Cet endroit était destiné aux réfugiés hongrois après l’échec de leur guerre d’indépendance (1711) et conformément au traité de paix de Passarowitz (1718) la colonie hongroise bénéficiait d’une sorte d’immunité diplomatique. Elle avait des propriétés, un entretien régulier et jouissait d’une autonomie relativement importante ayant un chef en la personne du prince et après sa mort son fils et ses généraux. Peu après l’arrivée des exilés hongrois à Rodosto, ils constituèrent un espace d’habitation d’exilés au centre de la ville. D’après le chroniqueur Kelemen Mikes leurs premières impressions étaient assez mitigées : « À peine monsieur Bercsényi est-il arrivé ici qu’il a immédiatement fait une anagramme du nom de la ville, qui a donné : ostorod (en hongrois: ton fléau). Cela sied fort bien aux exilés. » D’après l’étude des sources, la colonie hongroise se développa rapidement en un centre diplomatique et intellectuel jouant un rôle d’intermédiaire entre les ambassades européennes et la Porte ottomane. La petite communauté hongroise changea bientôt la ville : la chapelle fondée par le prince Rákóczi devint bientôt la paroisse catholique qui ajouta une nouvelle touche à cette petite ville multiethnique où plusieurs religions coexistaient dans un esprit de tolérance et respect mutuel comparable à la Transylvanie surnommée « le Jardin des fées ». Quelques années après, le même Mikes écrivit ainsi dans ses Lettres de Turquie: « Nous voici désormais devenus de braves gens tenant feu et lieu, et j’aime déjà tant Rodosto... que je ne puis oublier Zágon (son village en Transylvanie). »

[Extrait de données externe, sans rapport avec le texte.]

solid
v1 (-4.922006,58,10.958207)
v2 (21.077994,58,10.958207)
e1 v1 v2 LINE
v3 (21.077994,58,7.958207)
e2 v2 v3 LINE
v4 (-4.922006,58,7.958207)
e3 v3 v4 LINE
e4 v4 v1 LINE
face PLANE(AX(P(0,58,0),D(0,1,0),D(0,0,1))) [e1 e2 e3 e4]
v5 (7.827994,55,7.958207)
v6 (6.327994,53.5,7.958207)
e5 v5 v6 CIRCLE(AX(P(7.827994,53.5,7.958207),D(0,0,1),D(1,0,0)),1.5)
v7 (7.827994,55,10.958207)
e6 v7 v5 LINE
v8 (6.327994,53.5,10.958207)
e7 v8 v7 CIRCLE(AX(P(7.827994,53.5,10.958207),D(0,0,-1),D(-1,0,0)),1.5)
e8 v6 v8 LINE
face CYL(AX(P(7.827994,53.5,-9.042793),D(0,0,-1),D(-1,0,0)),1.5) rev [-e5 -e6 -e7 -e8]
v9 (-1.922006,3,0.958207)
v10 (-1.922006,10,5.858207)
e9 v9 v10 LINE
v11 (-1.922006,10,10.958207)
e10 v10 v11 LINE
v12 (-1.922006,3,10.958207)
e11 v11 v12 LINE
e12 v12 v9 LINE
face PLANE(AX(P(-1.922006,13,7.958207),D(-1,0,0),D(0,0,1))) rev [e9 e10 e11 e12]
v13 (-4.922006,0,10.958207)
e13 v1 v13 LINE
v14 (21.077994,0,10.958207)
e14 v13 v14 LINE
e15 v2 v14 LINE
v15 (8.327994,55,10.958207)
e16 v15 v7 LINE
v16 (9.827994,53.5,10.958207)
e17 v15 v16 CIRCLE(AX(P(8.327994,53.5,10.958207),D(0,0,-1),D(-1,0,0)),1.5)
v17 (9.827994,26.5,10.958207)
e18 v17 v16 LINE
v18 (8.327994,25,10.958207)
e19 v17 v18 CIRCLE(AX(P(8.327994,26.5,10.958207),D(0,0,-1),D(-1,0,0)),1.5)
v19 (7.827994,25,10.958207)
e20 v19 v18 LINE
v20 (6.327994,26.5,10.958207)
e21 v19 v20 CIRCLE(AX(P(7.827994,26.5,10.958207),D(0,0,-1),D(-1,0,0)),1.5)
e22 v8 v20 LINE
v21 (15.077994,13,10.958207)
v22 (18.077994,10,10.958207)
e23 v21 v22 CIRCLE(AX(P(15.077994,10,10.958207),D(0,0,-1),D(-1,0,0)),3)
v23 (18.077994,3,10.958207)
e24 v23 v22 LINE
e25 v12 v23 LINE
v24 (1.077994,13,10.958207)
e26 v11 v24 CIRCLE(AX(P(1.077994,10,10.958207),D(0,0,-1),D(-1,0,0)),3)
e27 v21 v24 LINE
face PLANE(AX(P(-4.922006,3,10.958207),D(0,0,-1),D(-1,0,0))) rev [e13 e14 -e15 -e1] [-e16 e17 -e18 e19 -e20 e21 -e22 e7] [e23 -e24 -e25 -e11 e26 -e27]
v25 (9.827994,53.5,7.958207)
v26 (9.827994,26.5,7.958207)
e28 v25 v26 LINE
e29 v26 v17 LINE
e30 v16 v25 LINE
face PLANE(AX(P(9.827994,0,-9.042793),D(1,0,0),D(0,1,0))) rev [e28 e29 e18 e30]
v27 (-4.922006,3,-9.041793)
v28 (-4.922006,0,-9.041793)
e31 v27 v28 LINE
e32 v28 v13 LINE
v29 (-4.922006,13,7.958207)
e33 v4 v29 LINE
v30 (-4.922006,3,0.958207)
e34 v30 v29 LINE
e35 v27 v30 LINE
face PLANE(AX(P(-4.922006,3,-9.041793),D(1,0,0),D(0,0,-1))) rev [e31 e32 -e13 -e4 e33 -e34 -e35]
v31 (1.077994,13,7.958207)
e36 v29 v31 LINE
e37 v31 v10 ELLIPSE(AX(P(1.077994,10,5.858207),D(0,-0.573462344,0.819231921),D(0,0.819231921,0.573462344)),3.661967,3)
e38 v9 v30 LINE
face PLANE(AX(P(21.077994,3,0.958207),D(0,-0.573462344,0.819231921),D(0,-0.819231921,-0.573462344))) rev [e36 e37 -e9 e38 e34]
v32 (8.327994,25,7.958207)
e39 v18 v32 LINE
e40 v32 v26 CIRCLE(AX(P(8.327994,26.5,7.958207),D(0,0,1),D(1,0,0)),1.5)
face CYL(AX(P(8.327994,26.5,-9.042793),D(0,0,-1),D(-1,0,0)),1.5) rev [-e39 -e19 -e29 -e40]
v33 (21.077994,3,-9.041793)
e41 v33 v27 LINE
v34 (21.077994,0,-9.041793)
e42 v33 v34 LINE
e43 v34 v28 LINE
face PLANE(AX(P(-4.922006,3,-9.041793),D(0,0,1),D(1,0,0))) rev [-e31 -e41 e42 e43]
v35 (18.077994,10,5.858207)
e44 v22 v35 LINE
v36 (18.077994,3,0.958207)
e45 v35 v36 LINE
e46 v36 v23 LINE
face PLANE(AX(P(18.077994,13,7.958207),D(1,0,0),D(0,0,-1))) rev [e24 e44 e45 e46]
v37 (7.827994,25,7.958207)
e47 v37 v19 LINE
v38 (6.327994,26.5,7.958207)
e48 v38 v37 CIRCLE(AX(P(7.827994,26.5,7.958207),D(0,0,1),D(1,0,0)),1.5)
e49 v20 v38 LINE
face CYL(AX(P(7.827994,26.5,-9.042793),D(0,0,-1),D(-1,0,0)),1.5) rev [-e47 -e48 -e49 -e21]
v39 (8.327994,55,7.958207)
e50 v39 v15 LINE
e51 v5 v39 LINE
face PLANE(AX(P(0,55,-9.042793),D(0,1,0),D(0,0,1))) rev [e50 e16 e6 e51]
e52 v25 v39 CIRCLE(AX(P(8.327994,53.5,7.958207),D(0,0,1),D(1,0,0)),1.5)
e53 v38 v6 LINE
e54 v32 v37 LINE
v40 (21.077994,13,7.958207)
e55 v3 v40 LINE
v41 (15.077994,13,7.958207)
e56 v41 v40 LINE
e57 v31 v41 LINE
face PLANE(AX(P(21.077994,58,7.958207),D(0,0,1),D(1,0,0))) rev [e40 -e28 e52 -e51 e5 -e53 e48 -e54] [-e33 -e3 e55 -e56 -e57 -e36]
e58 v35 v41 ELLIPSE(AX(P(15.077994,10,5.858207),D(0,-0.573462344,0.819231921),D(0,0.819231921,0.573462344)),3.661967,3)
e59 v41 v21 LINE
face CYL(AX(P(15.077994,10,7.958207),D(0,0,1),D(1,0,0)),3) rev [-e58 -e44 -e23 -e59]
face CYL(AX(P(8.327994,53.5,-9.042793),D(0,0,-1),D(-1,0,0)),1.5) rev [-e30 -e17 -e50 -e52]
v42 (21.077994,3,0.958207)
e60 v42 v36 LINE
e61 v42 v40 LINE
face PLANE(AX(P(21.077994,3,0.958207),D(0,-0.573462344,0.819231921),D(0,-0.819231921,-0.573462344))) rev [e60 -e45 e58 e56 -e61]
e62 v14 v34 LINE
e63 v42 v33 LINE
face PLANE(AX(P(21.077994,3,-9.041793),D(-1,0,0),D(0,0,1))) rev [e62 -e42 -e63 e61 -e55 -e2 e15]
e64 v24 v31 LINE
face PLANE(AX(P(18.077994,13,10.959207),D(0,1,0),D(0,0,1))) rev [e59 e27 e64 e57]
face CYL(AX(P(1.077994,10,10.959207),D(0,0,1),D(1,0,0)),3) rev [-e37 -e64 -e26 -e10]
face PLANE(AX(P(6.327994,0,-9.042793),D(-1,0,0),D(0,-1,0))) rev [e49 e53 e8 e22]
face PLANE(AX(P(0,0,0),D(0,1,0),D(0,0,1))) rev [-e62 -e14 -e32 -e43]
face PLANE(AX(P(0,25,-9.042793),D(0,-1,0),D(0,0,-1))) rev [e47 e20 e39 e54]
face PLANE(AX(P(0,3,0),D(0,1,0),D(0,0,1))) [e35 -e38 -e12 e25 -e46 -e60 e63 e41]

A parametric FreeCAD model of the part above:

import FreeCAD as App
import Part
import Sketcher

V = App.Vector


def edges_at(feature, points):
    """Names of the edges that pass closest to the given points."""
    edges = feature.Shape.Edges
    near = lambda p: min(range(len(edges)), key=lambda i: edges[i].distToShape(Part.Vertex(*p))[0])
    return sorted({f"Edge{near(p) + 1}" for p in points})


def add_polygon(sketch, points):
    """Adds a closed chain of lines whose ends are joined by coincident constraints."""
    first, n = sketch.GeometryCount, len(points)
    for a, b in zip(points, points[1:] + points[:1]):
        sketch.addGeometry(Part.LineSegment(App.Vector(*a, 0), App.Vector(*b, 0)), False)
    for i in range(n):
        sketch.addConstraint(Sketcher.Constraint("Coincident", first + i, 2, first + (i + 1) % n, 1))

doc = App.newDocument("Part")
body = doc.addObject("PartDesign::Body", "Body")

sketch1 = body.newObject("Sketcher::SketchObject", "Sketch")
sketch1.AttachmentSupport = (doc.getObject("XZ_Plane"), [""])
sketch1.MapMode = "FlatFace"
add_polygon(sketch1, [(-5, -9), (-5, 11), (21, 11), (21, -9)])
sketch1.addConstraint(Sketcher.Constraint("Vertical", 0))
sketch1.addConstraint(Sketcher.Constraint("Horizontal", 1))
sketch1.addConstraint(Sketcher.Constraint("Vertical", 2))
sketch1.addConstraint(Sketcher.Constraint("Horizontal", 3))
sketch1.addConstraint(Sketcher.Constraint("DistanceX", 1, 1, 1, 2, 26.0))
sketch1.addConstraint(Sketcher.Constraint("DistanceY", 0, 1, 0, 2, 20.0))
sketch1.addConstraint(Sketcher.Constraint("DistanceX", 0, 2, -1, 1, 4.922006))
sketch1.addConstraint(Sketcher.Constraint("DistanceY", -1, 1, 0, 2, 10.958207))
pad1 = body.newObject("PartDesign::Pad", "Pad")
pad1.Profile = sketch1
pad1.Length = 3
pad1.Reversed = True

sketch2 = body.newObject("Sketcher::SketchObject", "Sketch001")
sketch2.AttachmentSupport = (doc.getObject("XZ_Plane"), [""])
sketch2.MapMode = "FlatFace"
sketch2.AttachmentOffset = App.Placement(V(0, 0, -3), App.Rotation())
add_polygon(sketch2, [(-4.9, 8), (-4.9, 11), (21.1, 11), (21.1, 8)])
sketch2.addConstraint(Sketcher.Constraint("Vertical", 0))
sketch2.addConstraint(Sketcher.Constraint("Horizontal", 1))
sketch2.addConstraint(Sketcher.Constraint("Vertical", 2))
sketch2.addConstraint(Sketcher.Constraint("Horizontal", 3))
sketch2.addConstraint(Sketcher.Constraint("DistanceX", 1, 1, 1, 2, 26.0))
sketch2.addConstraint(Sketcher.Constraint("DistanceY", 0, 1, 0, 2, 3.0))
sketch2.addConstraint(Sketcher.Constraint("DistanceX", 0, 2, -1, 1, 4.922006))
sketch2.addConstraint(Sketcher.Constraint("DistanceY", -1, 1, 0, 2, 10.958207))
pad2 = body.newObject("PartDesign::Pad", "Pad001")
pad2.Profile = sketch2
pad2.Length = 55
pad2.Reversed = True

sketch3 = body.newObject("Sketcher::SketchObject", "Sketch002")
sketch3.AttachmentSupport = (doc.getObject("XZ_Plane"), [""])
sketch3.MapMode = "FlatFace"
sketch3.AttachmentOffset = App.Placement(V(0, 0, -3), App.Rotation())
add_polygon(sketch3, [(18.1, 1), (18.1, 8), (21.1, 8), (21.1, 1)])
add_polygon(sketch3, [(-4.9, 1), (-4.9, 8), (-1.9, 8), (-1.9, 1)])
sketch3.addConstraint(Sketcher.Constraint("Vertical", 0))
sketch3.addConstraint(Sketcher.Constraint("Horizontal", 1))
sketch3.addConstraint(Sketcher.Constraint("Vertical", 2))
sketch3.addConstraint(Sketcher.Constraint("Horizontal", 3))
sketch3.addConstraint(Sketcher.Constraint("Vertical", 4))
sketch3.addConstraint(Sketcher.Constraint("Horizontal", 5))
sketch3.addConstraint(Sketcher.Constraint("Vertical", 6))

Les agents du prince Rákóczi contribuèrent à la connaissance géographique de ce territoire : ils levèrent et dessinèrent des cartes précises, notamment celles de la région de la mer Marmara par son ingénieur-diplomate danois, Poul Bohn, tandis que son chargé d’affaires à la Porte, Ibrahim Müteferrika, les publia même dans son imprimerie ottomane. Ils étaient souvent à l’origine des initiatives diplomatiques et des réformes dans la modernisation de l’Empire ottoman. Petit-à-petit cette ville devint un important relais dans la navigation entre Constantinople et les Dardanelles. Les membres de la communauté hongroise s’intégraient dans la société levantine locale et construisirent leur propre écoumène, une habitation comparable au « jardin » voltairien qui représentait le monde confié par la Providence à ses habitants afin de le rendre meilleur, de le faire prospérer et d’y travailler pour les progrès humains.